Report From NOAA
If you’ve been reading Climate.gov’s ENSO blog, then you’ve heard by now that forecasters think the tropical Pacific climate phenomenon known as El Niño will be visiting this winter. One of El Niño’s common “downstream” impacts is above-average winter precipitation across the southern United States, the result of a stronger than usual Pacific jet stream.
When it comes to winter precipitation, of course, what most of us are really curious about is the snow. Is El Niño likely to mean or less of it where you live? These maps provide a hint. They show the difference from average snowfall during the cold season (October-April) during the ten strongest El Niño winters from 1950-51 through 2008-09 (top) and during all El Niño winters (21 events, bottom). Places where cold season snowfall was above average are colored blue, while places where snowfall was below average are shades of brown.
Most of the areas that experienced snowier-than-average cold seasons during strong El Niño years are in the southern half of the country, with the biggest departures from average west of the Mississippi: California, Nevada, Utah, Colorado, New Mexico, and Arizona. That north-south split is consistent with the influence of a strong Pacific jet stream driving winter storms across the southern United States.

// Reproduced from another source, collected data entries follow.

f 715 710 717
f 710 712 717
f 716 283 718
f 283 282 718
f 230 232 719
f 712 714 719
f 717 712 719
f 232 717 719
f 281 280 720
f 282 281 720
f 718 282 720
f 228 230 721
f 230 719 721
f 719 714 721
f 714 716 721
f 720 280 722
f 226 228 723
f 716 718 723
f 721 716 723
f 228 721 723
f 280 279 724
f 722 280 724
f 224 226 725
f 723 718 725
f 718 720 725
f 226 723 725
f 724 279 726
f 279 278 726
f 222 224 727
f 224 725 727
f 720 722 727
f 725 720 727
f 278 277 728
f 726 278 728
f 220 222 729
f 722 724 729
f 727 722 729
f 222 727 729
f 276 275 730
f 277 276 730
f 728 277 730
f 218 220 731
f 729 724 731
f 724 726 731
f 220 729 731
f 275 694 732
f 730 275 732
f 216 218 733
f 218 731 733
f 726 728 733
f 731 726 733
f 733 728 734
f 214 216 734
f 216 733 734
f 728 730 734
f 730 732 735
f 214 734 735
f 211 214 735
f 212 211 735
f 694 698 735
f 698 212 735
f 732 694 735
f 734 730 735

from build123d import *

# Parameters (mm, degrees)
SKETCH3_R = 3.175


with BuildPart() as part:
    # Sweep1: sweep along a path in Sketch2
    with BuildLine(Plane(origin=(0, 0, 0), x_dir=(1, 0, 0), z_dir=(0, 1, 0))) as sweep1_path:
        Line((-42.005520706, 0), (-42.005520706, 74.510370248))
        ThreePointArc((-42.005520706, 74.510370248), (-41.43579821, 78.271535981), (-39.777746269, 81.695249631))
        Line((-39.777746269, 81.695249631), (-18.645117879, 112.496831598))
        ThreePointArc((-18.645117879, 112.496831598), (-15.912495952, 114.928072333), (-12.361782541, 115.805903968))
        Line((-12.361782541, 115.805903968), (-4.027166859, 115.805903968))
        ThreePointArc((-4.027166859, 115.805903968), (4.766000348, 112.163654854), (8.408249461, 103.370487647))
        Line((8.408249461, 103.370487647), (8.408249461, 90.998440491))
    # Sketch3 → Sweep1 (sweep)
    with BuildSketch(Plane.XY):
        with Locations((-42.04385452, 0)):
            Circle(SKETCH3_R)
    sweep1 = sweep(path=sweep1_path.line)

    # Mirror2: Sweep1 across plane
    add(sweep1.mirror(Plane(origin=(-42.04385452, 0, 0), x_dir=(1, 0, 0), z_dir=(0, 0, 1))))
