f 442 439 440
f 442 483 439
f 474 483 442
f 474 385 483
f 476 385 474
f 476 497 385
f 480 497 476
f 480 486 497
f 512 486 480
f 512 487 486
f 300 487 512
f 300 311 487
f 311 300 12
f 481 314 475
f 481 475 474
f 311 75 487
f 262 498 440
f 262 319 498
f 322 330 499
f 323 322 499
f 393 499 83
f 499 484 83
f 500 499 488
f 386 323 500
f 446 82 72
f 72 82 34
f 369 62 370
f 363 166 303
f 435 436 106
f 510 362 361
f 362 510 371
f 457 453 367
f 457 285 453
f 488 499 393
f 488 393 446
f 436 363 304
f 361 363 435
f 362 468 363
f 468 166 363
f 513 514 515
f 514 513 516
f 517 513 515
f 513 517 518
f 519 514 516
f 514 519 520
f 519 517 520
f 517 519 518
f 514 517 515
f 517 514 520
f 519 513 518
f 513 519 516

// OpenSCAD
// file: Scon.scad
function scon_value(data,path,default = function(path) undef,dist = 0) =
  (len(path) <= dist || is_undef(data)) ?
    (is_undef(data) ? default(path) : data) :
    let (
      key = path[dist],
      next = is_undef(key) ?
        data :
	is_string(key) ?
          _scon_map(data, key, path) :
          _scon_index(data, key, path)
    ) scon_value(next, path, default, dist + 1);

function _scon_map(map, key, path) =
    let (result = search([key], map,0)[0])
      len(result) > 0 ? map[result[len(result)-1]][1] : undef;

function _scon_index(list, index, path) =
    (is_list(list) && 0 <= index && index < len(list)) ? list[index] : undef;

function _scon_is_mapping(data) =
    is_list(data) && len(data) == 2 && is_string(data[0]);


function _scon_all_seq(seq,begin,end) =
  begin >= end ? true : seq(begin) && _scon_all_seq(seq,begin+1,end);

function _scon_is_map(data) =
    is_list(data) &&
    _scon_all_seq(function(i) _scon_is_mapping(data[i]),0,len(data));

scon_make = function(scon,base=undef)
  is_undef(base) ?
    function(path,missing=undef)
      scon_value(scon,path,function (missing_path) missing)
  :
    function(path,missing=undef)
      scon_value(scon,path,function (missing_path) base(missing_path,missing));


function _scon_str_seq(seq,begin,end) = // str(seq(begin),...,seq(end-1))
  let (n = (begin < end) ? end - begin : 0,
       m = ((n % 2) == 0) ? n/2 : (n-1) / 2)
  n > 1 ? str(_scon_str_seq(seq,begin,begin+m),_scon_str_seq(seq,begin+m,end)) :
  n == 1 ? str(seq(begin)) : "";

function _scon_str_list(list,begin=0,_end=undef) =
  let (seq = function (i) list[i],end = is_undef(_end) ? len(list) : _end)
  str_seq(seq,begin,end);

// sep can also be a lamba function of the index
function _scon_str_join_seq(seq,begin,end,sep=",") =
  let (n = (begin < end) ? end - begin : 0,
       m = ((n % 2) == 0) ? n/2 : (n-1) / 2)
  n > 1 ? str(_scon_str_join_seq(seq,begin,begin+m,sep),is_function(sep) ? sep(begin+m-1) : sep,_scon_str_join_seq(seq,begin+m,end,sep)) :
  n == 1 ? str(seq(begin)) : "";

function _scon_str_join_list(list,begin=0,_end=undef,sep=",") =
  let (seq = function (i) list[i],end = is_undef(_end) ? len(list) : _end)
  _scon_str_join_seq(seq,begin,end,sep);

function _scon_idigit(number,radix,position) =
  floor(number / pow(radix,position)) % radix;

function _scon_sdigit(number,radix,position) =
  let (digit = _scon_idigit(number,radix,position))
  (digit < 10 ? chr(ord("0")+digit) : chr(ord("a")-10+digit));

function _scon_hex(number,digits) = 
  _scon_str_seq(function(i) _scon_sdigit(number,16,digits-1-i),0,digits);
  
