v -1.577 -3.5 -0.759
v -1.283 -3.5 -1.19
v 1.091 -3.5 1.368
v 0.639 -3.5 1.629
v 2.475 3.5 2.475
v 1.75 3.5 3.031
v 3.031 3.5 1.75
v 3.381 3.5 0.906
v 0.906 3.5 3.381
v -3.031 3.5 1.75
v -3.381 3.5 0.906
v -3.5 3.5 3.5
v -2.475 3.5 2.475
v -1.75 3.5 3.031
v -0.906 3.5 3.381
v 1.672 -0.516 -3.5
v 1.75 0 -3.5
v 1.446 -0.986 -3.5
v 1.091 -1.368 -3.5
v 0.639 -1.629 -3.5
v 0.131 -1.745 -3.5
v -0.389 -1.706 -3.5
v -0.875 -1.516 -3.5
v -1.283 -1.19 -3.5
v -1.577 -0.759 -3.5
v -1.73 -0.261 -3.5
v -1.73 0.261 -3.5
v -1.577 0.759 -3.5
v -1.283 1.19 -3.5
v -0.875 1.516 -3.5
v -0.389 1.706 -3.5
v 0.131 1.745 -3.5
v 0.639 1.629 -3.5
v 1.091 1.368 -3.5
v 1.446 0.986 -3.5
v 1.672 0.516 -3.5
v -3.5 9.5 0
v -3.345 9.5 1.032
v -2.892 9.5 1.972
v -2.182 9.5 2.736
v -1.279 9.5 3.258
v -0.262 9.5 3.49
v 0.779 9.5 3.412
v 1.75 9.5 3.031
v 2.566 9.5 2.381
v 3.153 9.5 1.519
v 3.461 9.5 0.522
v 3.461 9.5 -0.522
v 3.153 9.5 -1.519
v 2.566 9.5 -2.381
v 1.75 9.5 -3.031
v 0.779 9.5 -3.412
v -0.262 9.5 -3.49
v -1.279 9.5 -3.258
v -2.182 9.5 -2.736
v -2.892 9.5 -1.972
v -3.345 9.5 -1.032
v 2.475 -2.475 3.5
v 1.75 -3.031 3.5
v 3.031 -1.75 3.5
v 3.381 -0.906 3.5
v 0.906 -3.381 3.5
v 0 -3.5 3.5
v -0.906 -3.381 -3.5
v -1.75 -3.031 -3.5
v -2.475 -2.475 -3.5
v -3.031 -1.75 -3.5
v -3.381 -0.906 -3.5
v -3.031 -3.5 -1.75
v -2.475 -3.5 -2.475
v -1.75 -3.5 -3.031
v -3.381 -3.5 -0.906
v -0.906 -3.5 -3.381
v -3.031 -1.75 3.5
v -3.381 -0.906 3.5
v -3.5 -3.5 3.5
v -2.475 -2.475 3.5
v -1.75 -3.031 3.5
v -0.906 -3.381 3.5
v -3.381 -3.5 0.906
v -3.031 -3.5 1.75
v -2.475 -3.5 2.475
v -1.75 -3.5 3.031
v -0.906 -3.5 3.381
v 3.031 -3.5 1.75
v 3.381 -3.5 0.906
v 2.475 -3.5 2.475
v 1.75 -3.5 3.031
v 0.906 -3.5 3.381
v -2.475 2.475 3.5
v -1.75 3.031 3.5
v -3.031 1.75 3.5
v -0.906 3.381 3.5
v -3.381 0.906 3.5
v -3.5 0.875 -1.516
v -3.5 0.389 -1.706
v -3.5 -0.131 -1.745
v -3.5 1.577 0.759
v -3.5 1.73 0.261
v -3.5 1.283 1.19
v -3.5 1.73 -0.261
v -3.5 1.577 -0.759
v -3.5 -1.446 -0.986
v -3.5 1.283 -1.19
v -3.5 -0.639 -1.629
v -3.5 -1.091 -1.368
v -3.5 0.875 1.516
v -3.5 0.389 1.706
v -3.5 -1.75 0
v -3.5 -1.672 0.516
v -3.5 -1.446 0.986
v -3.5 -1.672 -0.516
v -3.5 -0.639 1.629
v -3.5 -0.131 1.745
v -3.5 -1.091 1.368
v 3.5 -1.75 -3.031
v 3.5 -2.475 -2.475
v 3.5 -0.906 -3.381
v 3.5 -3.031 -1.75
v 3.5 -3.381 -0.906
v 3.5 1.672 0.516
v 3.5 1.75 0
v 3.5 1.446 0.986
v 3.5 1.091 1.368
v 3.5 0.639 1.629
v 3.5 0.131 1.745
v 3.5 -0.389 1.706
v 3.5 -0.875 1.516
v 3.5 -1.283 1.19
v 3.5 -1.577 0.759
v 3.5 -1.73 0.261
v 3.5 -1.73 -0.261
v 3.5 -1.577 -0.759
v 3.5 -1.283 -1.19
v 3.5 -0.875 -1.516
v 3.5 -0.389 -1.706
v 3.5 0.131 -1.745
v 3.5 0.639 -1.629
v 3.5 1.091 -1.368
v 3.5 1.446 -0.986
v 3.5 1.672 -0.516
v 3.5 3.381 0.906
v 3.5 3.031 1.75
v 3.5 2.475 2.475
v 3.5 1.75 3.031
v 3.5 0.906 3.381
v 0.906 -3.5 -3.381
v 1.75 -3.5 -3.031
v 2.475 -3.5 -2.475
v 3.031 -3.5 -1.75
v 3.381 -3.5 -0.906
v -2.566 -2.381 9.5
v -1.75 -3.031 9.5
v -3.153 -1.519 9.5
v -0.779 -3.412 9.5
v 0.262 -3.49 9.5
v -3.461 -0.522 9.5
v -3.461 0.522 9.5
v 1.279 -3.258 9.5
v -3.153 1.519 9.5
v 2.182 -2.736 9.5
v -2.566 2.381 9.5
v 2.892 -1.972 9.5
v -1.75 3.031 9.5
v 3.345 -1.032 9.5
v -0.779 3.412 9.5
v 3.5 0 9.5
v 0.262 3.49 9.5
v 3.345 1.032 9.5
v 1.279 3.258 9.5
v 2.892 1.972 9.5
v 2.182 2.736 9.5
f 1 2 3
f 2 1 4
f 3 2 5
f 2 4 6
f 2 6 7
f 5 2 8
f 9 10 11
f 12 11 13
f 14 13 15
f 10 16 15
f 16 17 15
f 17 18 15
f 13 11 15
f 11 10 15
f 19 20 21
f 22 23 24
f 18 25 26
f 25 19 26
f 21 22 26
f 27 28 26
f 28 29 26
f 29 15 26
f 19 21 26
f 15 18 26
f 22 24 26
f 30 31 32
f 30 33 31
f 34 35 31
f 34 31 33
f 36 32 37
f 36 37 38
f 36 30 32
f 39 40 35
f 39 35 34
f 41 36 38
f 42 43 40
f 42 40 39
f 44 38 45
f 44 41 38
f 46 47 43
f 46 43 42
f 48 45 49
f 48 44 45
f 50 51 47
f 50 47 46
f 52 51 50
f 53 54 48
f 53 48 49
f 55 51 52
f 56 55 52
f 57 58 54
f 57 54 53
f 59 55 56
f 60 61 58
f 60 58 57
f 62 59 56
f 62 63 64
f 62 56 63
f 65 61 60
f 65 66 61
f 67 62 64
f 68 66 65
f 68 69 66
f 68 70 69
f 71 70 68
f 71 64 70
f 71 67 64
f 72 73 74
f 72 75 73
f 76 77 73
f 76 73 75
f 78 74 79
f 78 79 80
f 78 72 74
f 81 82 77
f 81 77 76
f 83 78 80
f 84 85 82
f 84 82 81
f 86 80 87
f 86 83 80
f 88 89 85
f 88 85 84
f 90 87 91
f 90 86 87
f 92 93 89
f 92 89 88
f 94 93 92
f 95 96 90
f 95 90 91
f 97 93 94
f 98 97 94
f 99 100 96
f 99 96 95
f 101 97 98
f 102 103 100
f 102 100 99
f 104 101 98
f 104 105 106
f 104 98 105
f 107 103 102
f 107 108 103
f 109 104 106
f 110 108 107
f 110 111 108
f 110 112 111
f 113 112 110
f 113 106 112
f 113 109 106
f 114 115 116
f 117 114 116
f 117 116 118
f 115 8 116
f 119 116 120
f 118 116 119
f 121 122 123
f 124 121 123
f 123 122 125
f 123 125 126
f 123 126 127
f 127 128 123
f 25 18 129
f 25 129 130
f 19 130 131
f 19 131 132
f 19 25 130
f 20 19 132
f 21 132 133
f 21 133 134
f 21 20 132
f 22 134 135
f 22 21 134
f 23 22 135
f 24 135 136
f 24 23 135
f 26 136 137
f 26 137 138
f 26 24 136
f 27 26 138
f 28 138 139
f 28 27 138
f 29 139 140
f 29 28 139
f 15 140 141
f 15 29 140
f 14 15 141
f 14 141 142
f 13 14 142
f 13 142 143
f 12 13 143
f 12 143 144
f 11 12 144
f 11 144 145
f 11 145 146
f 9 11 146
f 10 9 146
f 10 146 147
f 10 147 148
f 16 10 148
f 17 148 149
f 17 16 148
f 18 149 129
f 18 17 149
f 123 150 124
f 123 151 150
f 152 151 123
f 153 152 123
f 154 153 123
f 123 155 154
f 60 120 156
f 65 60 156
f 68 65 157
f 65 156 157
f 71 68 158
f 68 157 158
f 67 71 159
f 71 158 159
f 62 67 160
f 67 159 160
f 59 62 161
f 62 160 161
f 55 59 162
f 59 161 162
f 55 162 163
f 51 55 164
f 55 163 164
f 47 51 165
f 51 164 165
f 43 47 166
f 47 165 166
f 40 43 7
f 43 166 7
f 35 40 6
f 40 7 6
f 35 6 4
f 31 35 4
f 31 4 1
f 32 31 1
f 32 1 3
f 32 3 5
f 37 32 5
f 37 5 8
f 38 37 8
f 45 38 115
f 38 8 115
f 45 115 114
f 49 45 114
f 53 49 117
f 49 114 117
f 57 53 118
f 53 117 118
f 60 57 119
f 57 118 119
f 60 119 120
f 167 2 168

In the region’s high country—California’s Sierra Nevadas, Arizona’s Colorado Plataea, New Mexico’s Sangre de Cristos and Sacramento Range—precipitation carried by those storms will often fall as snow.
The tricky thing about using El Niño to forecast winter climate impacts is that El Niño doesn’t guarantee a given snow or temperature pattern; it’s just tilts the odds that way. Another wrinkle is that the strength of the El Niño event doesn’t really predict the strength of the impacts. A strong El Niño makes it more likely that there will be a snowier than average winter in the northern Colorado Front Range and eastern plains, for example, but whether that means a little snowier or a lot isn’t predictable based on the strength of El Niño alone.
Another thing we have to remember is that statistically speaking, the 20 or so El Niño events that we have to work with are not all that many, especially when we further sort them into “strong” and “weak” categories. With only ten years to analyze, even one unusual winter storm during a strong El Niño year could leave a confusing fingerprint on the overall pattern. Meanwhile, during weak El Niño years, other natural variability may drown out the El Niño signal.
The most reliable impacts of El Niño on U.S. snowfall, therefore, may not necessarily be the biggest ones on the “strong events” map, but rather any of the above- or below-average patterns that show up on both maps, regardless of their strength. That would include patterns such as the below-average snowfall from the Pacific Northwest to the Great Lakes, for example, and the snowier-than-average conditions across the high plains of eastern Colorado, Nebraska, Kansas, and northern Texas, as well as in the Mid-Atlantic and the southern Appalachians of West Virginia, Virginia, and North Carolina.
The analysis was done by Stephen Baxter of NOAA’s Climate Prediction Center, using satellite-based snow data from the Rutgers Snow Lab. (It’s an encore to a similar analysis he did for the ENSO blog, showing snow patterns during La Niña winters.) He and his colleagues are working to expand the seasonal snow anomaly datasets to include measurements up through last winter. The more events scientists have for their analysis, the more confident they can be that the patterns they find are really connected to El Nino, and are not just due to chance. Baxter thinks the update may prove particularly interesting for teasing out possible connections between El Niño and snowfall in the Northeast: it will incorporate two prominent El Niño events (2009-10 and 2015-16) during which there were also major winter storms in the Northeast.